What you will do ▸
Work out the number of lines in the listing below that include "BuildPart", and answer with it alone.

[Start of Attachment]

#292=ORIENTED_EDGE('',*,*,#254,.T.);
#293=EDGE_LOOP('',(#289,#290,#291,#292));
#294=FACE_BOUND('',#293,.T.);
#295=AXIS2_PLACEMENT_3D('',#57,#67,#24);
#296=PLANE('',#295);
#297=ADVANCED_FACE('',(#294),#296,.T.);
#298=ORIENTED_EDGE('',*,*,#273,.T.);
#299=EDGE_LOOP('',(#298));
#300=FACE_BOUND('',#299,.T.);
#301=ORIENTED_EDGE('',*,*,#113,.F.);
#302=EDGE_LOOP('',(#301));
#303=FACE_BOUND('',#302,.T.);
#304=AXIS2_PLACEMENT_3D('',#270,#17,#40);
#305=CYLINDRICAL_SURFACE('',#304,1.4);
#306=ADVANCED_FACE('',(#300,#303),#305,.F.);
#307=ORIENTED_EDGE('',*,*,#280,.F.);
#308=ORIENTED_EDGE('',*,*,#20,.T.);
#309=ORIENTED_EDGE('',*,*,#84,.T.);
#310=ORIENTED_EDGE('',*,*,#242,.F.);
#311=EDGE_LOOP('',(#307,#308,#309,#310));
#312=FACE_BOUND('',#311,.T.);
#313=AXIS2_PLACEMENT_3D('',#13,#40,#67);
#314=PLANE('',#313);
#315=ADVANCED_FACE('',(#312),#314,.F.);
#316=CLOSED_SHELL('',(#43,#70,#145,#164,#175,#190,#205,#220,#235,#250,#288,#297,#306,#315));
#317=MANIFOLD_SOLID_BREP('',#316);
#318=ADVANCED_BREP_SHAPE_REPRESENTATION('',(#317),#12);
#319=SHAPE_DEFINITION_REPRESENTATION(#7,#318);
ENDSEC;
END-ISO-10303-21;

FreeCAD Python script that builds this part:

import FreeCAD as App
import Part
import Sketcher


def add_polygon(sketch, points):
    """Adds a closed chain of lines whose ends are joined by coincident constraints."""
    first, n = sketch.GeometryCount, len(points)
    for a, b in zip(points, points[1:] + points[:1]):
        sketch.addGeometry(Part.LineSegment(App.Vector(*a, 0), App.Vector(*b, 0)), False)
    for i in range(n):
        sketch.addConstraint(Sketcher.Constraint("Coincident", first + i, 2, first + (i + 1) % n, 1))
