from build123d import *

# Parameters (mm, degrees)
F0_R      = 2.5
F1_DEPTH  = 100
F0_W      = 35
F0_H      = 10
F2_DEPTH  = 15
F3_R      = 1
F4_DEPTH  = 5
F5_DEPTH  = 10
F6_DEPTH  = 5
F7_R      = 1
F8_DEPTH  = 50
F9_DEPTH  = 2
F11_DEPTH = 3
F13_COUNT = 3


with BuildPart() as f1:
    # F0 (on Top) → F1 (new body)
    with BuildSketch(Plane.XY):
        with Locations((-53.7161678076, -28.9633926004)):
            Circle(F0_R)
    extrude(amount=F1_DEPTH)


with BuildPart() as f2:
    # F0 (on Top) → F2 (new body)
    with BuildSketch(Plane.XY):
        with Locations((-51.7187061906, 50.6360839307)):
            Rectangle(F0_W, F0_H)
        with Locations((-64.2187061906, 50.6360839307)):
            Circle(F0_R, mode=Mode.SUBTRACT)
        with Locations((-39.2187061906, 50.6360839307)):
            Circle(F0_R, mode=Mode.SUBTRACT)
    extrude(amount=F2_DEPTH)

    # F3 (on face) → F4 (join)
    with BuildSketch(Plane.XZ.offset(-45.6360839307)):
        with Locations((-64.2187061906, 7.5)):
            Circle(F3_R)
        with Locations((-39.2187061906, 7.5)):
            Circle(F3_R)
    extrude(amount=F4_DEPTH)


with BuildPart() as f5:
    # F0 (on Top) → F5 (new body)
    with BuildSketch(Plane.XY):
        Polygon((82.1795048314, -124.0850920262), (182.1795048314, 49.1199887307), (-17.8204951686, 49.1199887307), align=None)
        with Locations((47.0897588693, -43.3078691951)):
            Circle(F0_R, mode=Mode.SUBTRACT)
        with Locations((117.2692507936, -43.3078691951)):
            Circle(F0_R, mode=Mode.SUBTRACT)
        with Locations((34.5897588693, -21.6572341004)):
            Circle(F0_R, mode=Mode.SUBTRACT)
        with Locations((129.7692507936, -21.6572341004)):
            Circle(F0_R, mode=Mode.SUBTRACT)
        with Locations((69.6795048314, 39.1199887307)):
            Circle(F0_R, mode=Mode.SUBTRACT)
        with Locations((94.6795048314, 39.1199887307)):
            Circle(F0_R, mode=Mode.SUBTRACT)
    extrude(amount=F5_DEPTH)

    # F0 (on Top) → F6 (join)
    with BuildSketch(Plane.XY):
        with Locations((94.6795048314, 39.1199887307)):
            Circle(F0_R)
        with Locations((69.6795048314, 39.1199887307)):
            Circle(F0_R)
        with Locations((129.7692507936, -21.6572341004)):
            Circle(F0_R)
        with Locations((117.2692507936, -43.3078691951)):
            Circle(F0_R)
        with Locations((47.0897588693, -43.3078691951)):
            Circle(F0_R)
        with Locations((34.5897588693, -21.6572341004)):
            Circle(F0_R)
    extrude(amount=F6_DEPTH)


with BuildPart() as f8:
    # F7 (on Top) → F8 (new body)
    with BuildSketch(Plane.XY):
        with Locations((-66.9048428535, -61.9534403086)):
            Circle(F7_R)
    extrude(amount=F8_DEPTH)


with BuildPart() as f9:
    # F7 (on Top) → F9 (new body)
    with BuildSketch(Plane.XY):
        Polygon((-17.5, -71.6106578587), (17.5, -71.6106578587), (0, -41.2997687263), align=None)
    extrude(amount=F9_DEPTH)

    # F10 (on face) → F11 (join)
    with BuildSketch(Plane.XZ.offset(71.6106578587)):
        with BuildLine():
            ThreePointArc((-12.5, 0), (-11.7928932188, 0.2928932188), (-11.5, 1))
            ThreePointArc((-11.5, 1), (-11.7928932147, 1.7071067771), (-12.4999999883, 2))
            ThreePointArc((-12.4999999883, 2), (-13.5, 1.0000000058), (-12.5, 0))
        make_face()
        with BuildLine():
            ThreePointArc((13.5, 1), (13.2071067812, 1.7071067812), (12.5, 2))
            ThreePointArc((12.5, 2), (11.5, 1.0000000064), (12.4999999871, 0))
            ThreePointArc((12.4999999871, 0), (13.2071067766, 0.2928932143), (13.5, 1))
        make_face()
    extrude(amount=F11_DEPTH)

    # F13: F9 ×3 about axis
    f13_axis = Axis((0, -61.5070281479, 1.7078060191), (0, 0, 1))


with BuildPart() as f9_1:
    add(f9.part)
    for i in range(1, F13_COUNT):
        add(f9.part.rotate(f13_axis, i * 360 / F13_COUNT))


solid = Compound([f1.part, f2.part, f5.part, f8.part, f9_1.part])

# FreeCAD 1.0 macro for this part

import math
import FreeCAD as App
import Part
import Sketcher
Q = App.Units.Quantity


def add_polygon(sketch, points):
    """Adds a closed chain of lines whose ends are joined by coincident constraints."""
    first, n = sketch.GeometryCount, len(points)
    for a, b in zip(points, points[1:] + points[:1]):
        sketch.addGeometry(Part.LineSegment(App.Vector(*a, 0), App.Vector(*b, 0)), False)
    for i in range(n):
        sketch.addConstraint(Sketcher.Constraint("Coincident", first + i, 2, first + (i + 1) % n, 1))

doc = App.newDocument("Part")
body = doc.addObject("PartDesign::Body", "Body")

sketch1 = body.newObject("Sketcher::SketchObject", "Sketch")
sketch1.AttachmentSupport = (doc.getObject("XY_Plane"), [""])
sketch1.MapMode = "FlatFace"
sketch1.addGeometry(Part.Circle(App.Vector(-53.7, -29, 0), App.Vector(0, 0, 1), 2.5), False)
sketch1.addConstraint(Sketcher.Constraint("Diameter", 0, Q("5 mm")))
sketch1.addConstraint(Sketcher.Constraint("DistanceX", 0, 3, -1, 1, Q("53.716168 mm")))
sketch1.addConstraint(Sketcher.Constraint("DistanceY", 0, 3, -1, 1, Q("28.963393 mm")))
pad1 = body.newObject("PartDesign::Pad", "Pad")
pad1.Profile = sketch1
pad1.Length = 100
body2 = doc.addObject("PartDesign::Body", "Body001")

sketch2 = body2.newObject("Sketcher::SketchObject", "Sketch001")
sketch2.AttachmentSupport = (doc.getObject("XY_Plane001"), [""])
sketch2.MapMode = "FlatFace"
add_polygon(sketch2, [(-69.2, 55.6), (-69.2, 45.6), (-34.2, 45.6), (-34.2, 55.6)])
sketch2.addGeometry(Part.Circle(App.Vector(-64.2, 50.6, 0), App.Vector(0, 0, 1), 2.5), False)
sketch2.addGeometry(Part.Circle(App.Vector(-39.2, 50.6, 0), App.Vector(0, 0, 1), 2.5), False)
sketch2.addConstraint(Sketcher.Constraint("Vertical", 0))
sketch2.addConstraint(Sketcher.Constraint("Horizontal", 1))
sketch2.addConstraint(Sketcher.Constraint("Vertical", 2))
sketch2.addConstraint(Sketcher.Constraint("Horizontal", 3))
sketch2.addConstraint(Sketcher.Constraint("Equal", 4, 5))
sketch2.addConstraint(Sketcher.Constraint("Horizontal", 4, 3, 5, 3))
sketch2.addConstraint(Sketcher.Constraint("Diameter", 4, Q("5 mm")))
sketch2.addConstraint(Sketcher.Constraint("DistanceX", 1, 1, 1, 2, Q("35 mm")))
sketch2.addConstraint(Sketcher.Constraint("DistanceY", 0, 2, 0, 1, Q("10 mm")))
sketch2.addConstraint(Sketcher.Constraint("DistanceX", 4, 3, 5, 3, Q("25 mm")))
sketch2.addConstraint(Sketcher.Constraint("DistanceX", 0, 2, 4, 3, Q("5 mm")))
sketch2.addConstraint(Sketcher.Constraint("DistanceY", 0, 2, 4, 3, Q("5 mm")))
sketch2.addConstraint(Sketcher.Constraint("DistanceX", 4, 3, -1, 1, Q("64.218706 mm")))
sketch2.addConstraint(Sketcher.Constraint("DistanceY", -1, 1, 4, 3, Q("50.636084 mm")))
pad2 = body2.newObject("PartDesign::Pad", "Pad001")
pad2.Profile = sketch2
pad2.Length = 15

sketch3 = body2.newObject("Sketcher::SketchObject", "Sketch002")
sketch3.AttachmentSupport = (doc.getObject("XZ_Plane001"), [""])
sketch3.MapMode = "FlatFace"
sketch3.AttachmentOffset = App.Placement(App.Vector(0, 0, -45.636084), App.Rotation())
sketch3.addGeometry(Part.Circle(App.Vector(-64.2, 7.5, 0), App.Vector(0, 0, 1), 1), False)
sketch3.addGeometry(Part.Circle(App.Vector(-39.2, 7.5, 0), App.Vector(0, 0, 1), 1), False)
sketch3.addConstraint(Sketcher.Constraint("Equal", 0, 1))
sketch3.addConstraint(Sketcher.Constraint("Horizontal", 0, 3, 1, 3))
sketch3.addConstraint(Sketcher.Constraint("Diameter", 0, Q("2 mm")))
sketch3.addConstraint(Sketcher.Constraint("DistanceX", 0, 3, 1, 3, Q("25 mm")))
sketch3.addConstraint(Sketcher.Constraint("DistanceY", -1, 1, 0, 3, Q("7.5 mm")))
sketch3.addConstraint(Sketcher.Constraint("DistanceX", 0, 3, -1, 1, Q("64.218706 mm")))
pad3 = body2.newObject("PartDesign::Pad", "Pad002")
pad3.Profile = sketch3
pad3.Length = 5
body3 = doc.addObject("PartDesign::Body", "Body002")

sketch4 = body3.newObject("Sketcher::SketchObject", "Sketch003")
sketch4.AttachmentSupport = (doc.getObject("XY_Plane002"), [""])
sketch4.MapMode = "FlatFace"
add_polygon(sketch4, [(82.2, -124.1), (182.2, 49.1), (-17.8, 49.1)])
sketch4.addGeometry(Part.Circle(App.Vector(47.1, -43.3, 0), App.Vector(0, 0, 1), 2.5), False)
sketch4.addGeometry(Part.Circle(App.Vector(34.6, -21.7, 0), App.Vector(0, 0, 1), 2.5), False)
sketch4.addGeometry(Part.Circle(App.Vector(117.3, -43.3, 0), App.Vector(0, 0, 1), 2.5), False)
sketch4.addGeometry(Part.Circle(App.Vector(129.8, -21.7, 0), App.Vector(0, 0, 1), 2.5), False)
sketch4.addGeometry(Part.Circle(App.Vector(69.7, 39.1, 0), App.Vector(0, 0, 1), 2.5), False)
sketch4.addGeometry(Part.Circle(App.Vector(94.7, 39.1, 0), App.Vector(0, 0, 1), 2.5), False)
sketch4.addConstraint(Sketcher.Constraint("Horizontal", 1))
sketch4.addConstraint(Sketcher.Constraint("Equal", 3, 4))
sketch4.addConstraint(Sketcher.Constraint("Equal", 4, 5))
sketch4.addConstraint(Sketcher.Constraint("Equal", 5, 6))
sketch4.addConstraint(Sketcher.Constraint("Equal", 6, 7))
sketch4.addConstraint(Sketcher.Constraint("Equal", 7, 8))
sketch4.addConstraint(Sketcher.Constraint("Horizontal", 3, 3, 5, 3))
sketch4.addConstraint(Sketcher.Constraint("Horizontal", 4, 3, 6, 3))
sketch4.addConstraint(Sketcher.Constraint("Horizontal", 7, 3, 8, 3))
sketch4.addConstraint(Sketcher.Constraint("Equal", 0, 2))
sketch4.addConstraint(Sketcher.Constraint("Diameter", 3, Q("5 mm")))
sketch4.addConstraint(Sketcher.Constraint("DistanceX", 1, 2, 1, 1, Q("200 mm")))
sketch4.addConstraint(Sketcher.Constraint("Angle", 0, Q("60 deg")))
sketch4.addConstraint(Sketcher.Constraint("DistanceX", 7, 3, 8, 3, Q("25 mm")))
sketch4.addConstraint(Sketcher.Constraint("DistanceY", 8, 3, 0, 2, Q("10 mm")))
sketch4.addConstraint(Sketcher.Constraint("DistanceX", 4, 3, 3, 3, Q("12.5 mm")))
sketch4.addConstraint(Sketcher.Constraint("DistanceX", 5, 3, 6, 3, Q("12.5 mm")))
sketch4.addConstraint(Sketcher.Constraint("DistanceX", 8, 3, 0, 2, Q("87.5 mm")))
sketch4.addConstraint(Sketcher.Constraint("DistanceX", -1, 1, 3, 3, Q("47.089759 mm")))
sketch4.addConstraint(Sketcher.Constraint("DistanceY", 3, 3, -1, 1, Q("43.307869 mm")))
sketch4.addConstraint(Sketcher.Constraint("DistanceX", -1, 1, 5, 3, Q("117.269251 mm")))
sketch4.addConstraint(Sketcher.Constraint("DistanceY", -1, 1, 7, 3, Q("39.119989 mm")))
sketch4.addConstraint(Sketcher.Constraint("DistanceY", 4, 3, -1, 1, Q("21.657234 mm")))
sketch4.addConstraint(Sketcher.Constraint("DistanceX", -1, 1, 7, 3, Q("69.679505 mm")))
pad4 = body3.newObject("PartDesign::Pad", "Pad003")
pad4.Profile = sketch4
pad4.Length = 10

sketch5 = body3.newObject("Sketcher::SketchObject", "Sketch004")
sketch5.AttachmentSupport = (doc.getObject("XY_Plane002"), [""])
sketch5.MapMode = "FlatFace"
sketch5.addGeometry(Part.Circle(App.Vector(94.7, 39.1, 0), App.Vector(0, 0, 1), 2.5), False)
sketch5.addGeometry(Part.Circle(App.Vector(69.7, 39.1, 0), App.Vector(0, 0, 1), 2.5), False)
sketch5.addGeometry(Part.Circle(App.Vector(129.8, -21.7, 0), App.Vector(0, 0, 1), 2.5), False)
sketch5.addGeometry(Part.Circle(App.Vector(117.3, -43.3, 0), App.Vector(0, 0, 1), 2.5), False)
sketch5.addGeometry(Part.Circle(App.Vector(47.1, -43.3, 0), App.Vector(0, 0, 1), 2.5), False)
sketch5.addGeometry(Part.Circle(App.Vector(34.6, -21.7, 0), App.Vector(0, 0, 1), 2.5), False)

[End of Attachment]

Exercise solution ▸
6